THE DATA:
- - - - - - -
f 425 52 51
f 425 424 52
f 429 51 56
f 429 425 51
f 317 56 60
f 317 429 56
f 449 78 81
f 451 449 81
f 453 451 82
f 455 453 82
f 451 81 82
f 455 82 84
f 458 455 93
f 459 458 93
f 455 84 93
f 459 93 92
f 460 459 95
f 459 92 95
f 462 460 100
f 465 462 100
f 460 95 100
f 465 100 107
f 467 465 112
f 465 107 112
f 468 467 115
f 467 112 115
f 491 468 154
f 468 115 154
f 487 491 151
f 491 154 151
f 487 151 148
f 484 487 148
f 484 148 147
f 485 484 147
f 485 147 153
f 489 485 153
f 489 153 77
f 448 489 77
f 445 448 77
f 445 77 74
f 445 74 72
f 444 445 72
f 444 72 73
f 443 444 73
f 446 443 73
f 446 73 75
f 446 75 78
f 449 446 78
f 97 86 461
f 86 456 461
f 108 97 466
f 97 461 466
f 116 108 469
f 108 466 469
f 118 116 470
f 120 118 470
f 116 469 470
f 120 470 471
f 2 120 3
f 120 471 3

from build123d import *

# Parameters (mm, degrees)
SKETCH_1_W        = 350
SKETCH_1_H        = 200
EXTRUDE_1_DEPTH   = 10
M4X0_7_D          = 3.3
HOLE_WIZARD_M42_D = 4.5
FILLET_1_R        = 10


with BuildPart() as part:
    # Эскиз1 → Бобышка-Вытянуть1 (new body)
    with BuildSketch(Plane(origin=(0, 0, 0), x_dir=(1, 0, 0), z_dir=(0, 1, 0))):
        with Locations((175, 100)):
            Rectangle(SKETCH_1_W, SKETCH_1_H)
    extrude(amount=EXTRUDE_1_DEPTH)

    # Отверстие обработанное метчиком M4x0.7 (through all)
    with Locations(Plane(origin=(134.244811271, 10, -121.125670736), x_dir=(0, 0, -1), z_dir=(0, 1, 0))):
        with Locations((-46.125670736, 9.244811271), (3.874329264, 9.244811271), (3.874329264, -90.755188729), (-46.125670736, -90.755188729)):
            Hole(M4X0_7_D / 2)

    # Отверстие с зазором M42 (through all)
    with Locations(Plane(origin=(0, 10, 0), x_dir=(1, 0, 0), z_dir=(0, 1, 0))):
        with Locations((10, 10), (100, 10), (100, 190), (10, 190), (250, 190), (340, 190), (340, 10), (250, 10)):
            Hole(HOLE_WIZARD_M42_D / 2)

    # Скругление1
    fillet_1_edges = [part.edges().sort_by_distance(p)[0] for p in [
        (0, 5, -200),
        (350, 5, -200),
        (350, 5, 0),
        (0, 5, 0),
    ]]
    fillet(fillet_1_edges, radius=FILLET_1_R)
- - - - - - -
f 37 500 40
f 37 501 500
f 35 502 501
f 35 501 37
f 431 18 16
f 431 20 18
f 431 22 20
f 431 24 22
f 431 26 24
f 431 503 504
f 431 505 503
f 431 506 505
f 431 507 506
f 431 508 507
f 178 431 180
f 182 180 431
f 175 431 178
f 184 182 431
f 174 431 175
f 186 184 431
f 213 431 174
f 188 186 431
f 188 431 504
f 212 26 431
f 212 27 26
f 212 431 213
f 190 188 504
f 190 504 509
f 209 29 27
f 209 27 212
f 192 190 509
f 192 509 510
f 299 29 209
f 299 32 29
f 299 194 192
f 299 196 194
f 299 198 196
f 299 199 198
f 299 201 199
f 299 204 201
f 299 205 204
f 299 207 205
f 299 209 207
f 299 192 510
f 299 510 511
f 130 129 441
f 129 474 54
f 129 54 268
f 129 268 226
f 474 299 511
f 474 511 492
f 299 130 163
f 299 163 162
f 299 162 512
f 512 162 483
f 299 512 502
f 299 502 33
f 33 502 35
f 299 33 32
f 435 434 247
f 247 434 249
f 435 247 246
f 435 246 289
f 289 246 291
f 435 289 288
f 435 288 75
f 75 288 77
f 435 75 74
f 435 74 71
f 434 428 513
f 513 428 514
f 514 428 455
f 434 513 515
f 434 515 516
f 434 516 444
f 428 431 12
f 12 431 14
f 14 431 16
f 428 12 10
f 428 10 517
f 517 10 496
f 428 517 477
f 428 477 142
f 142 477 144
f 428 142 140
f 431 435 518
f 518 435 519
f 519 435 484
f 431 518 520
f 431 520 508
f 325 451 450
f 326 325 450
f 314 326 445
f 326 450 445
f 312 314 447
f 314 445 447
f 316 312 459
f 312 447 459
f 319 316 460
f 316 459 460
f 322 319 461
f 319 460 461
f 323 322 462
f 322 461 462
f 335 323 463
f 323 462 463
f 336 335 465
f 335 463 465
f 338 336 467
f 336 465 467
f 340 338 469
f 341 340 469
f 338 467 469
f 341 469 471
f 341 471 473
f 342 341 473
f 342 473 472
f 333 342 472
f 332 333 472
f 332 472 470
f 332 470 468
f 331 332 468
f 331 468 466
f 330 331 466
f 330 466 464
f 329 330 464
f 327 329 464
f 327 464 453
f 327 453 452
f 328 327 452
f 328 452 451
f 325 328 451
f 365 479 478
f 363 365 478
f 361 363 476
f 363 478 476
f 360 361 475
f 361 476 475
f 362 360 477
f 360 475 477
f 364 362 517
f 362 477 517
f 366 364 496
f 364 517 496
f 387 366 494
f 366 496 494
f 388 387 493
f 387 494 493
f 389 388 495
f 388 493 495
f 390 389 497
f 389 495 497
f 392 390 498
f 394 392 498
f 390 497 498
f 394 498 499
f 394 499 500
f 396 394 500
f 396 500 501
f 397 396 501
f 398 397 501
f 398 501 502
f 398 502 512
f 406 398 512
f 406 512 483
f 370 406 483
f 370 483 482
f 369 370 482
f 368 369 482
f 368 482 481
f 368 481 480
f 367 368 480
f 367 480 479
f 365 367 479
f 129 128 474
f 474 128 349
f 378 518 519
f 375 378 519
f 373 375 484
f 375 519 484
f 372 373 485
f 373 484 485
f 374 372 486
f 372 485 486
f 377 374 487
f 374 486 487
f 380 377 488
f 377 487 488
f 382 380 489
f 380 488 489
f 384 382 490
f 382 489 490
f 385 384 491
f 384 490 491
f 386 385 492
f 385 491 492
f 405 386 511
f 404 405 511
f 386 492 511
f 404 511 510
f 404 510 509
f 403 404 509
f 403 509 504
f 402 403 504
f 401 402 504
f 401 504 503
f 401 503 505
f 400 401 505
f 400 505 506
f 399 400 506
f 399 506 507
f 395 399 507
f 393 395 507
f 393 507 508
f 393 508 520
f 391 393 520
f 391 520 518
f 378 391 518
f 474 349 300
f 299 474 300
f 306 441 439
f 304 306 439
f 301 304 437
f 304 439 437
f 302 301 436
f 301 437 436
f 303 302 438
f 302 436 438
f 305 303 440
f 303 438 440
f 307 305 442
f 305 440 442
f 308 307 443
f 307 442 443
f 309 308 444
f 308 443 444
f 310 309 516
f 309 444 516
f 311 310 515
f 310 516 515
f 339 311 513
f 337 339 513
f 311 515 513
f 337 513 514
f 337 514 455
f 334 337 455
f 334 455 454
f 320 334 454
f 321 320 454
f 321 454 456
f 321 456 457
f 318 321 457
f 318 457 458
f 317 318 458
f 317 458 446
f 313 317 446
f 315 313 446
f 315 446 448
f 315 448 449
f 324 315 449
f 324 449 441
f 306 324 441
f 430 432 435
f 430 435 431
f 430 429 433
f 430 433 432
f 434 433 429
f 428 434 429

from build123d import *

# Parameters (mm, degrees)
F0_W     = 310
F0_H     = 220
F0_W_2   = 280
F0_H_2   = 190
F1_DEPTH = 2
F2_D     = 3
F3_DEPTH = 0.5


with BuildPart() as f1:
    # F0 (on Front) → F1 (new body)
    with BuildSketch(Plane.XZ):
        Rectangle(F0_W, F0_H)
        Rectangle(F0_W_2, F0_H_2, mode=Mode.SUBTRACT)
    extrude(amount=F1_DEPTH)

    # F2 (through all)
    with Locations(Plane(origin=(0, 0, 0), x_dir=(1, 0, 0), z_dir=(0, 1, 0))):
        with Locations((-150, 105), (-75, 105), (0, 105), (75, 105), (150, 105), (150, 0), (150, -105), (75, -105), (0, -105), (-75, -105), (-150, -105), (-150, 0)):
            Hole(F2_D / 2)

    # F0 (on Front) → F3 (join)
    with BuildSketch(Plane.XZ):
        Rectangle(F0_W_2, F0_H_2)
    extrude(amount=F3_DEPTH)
- - - - - - -
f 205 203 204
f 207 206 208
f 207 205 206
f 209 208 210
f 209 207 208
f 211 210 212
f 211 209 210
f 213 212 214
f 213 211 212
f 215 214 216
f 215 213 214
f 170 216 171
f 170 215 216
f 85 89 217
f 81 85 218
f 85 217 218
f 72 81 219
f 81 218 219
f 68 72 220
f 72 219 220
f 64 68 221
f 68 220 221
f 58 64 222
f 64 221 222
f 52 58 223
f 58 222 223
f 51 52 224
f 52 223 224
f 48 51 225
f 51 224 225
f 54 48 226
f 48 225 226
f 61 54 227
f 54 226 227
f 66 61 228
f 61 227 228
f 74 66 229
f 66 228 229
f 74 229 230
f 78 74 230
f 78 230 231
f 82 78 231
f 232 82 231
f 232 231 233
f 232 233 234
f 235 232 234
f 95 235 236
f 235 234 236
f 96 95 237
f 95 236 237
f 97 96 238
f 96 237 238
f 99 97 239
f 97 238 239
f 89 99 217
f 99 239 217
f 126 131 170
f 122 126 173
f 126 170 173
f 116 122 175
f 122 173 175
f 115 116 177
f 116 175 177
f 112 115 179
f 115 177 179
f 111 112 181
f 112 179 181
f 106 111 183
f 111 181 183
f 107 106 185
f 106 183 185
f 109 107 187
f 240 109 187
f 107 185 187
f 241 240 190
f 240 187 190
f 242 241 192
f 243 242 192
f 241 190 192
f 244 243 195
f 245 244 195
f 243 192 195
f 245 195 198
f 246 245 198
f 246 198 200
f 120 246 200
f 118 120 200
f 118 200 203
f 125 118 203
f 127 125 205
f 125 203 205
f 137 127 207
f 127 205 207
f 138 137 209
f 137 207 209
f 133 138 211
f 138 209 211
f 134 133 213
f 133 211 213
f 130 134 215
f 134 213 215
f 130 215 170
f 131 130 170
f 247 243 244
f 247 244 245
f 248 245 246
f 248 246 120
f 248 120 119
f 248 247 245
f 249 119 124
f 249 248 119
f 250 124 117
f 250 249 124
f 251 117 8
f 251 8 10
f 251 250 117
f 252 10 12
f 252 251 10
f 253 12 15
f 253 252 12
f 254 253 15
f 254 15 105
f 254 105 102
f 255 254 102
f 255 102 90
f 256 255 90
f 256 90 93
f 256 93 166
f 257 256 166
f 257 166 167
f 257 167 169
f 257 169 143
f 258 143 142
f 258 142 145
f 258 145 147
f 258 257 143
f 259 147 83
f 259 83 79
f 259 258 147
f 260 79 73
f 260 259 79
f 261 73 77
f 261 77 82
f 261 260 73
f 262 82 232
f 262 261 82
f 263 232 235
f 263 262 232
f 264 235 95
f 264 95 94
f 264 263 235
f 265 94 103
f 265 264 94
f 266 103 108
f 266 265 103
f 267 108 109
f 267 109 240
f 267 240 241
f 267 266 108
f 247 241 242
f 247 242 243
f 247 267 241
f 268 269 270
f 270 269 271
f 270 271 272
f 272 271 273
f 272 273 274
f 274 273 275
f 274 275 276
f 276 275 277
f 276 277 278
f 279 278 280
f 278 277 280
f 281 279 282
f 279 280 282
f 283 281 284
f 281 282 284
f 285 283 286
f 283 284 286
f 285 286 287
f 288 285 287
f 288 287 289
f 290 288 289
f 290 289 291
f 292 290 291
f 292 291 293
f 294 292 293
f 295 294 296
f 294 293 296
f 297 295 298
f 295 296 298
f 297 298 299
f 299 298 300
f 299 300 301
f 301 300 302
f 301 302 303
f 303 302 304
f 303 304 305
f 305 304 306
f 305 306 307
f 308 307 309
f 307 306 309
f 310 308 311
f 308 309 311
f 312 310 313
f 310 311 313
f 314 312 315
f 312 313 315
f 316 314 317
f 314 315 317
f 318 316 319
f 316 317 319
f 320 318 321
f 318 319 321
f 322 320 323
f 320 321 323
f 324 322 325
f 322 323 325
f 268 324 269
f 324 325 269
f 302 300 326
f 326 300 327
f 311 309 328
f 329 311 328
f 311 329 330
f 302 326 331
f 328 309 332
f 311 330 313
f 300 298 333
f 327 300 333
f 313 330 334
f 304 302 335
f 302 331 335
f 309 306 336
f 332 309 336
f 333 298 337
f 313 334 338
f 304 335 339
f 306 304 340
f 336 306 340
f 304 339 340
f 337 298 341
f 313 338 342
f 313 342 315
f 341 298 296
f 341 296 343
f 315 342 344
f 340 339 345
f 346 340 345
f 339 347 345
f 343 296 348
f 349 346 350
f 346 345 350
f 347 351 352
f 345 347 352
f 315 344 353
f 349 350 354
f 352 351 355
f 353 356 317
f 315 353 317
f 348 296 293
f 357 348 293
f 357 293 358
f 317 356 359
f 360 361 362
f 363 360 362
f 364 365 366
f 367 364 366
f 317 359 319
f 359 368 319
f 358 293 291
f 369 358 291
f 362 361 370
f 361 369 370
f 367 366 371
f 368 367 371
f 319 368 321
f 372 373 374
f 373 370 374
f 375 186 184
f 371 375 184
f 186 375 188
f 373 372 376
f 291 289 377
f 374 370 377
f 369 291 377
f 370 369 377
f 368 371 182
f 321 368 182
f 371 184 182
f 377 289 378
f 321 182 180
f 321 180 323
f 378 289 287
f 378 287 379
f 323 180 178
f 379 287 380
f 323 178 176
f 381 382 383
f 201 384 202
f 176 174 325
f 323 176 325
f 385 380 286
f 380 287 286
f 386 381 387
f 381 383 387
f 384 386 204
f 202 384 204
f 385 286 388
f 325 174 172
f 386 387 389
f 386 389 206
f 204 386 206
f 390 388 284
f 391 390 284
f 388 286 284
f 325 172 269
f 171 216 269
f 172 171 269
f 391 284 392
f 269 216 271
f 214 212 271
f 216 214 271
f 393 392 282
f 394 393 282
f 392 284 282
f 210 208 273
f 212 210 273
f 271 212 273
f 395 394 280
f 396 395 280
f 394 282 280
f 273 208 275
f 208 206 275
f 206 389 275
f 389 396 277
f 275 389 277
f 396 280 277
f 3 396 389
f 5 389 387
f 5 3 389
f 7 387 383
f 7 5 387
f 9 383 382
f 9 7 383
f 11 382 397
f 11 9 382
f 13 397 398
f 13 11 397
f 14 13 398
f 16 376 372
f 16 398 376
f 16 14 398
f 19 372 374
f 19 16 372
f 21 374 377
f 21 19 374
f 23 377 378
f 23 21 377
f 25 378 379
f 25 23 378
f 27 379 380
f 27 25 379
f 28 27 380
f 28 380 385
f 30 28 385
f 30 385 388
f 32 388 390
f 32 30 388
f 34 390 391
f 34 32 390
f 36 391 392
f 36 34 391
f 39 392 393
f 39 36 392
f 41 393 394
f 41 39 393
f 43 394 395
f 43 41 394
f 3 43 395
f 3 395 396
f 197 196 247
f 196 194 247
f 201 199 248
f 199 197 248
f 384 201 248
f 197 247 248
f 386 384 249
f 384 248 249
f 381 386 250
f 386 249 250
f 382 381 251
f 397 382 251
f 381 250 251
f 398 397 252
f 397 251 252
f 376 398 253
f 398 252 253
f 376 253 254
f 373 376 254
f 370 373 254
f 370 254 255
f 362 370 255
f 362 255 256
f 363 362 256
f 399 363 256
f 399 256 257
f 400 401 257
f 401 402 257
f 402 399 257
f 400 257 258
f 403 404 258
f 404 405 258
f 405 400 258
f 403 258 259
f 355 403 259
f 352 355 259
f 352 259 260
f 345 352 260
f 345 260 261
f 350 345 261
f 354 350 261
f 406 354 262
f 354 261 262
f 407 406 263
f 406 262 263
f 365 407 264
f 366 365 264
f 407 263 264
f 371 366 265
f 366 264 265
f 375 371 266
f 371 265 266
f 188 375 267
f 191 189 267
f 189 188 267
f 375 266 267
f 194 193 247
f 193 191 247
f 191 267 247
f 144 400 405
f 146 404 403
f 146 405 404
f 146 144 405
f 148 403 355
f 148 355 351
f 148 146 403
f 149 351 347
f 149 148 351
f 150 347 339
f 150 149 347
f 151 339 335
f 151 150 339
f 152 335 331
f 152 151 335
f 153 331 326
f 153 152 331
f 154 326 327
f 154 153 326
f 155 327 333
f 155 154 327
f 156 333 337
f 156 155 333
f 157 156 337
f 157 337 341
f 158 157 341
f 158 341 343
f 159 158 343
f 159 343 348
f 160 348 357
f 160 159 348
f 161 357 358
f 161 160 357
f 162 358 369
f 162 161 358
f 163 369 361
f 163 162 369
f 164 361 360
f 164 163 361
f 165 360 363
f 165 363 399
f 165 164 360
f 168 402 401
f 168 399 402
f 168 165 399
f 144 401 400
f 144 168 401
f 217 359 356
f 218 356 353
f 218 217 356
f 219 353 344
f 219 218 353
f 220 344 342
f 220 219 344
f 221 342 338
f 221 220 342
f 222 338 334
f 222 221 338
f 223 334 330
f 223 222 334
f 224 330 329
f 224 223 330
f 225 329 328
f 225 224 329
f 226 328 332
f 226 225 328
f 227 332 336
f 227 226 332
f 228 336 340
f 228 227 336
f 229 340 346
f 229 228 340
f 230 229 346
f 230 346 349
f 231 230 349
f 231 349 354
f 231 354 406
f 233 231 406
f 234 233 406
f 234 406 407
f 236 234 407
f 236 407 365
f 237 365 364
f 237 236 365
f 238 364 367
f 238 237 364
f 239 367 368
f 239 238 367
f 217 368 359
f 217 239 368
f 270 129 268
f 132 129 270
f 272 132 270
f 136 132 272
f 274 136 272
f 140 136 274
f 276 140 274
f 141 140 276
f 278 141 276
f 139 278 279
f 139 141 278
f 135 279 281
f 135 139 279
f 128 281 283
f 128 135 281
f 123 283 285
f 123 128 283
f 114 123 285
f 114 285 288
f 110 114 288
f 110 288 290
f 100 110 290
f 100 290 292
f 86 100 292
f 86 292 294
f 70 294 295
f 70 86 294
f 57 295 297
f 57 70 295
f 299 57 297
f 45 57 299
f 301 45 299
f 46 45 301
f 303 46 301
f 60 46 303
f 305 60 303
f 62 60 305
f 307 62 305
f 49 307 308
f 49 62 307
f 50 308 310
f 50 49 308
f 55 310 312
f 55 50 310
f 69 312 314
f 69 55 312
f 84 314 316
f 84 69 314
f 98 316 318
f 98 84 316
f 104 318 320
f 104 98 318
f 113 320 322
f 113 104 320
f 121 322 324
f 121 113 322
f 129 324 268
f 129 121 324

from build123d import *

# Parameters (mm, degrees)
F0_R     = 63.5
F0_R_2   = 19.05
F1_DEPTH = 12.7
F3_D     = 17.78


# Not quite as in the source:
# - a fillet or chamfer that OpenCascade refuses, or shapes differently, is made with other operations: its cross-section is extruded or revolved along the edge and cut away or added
- - - - - - -
EXERCISE OBJECTIVE: Using the listing above, return word for word each line from the one that has "f 100 110 290" through the one that has "# Not quite", and no line outside that range.

OUTPUT OF THE TASK:
f 100 110 290
f 100 290 292
f 86 100 292
f 86 292 294
f 70 294 295
f 70 86 294
f 57 295 297
f 57 70 295
f 299 57 297
f 45 57 299
f 301 45 299
f 46 45 301
f 303 46 301
f 60 46 303
f 305 60 303
f 62 60 305
f 307 62 305
f 49 307 308
f 49 62 307
f 50 308 310
f 50 49 308
f 55 310 312
f 55 50 310
f 69 312 314
f 69 55 312
f 84 314 316
f 84 69 314
f 98 316 318
f 98 84 316
f 104 318 320
f 104 98 318
f 113 320 322
f 113 104 320
f 121 322 324
f 121 113 322
f 129 324 268
f 129 121 324

from build123d import *

# Parameters (mm, degrees)
F0_R     = 63.5
F0_R_2   = 19.05
F1_DEPTH = 12.7
F3_D     = 17.78


# Not quite as in the source:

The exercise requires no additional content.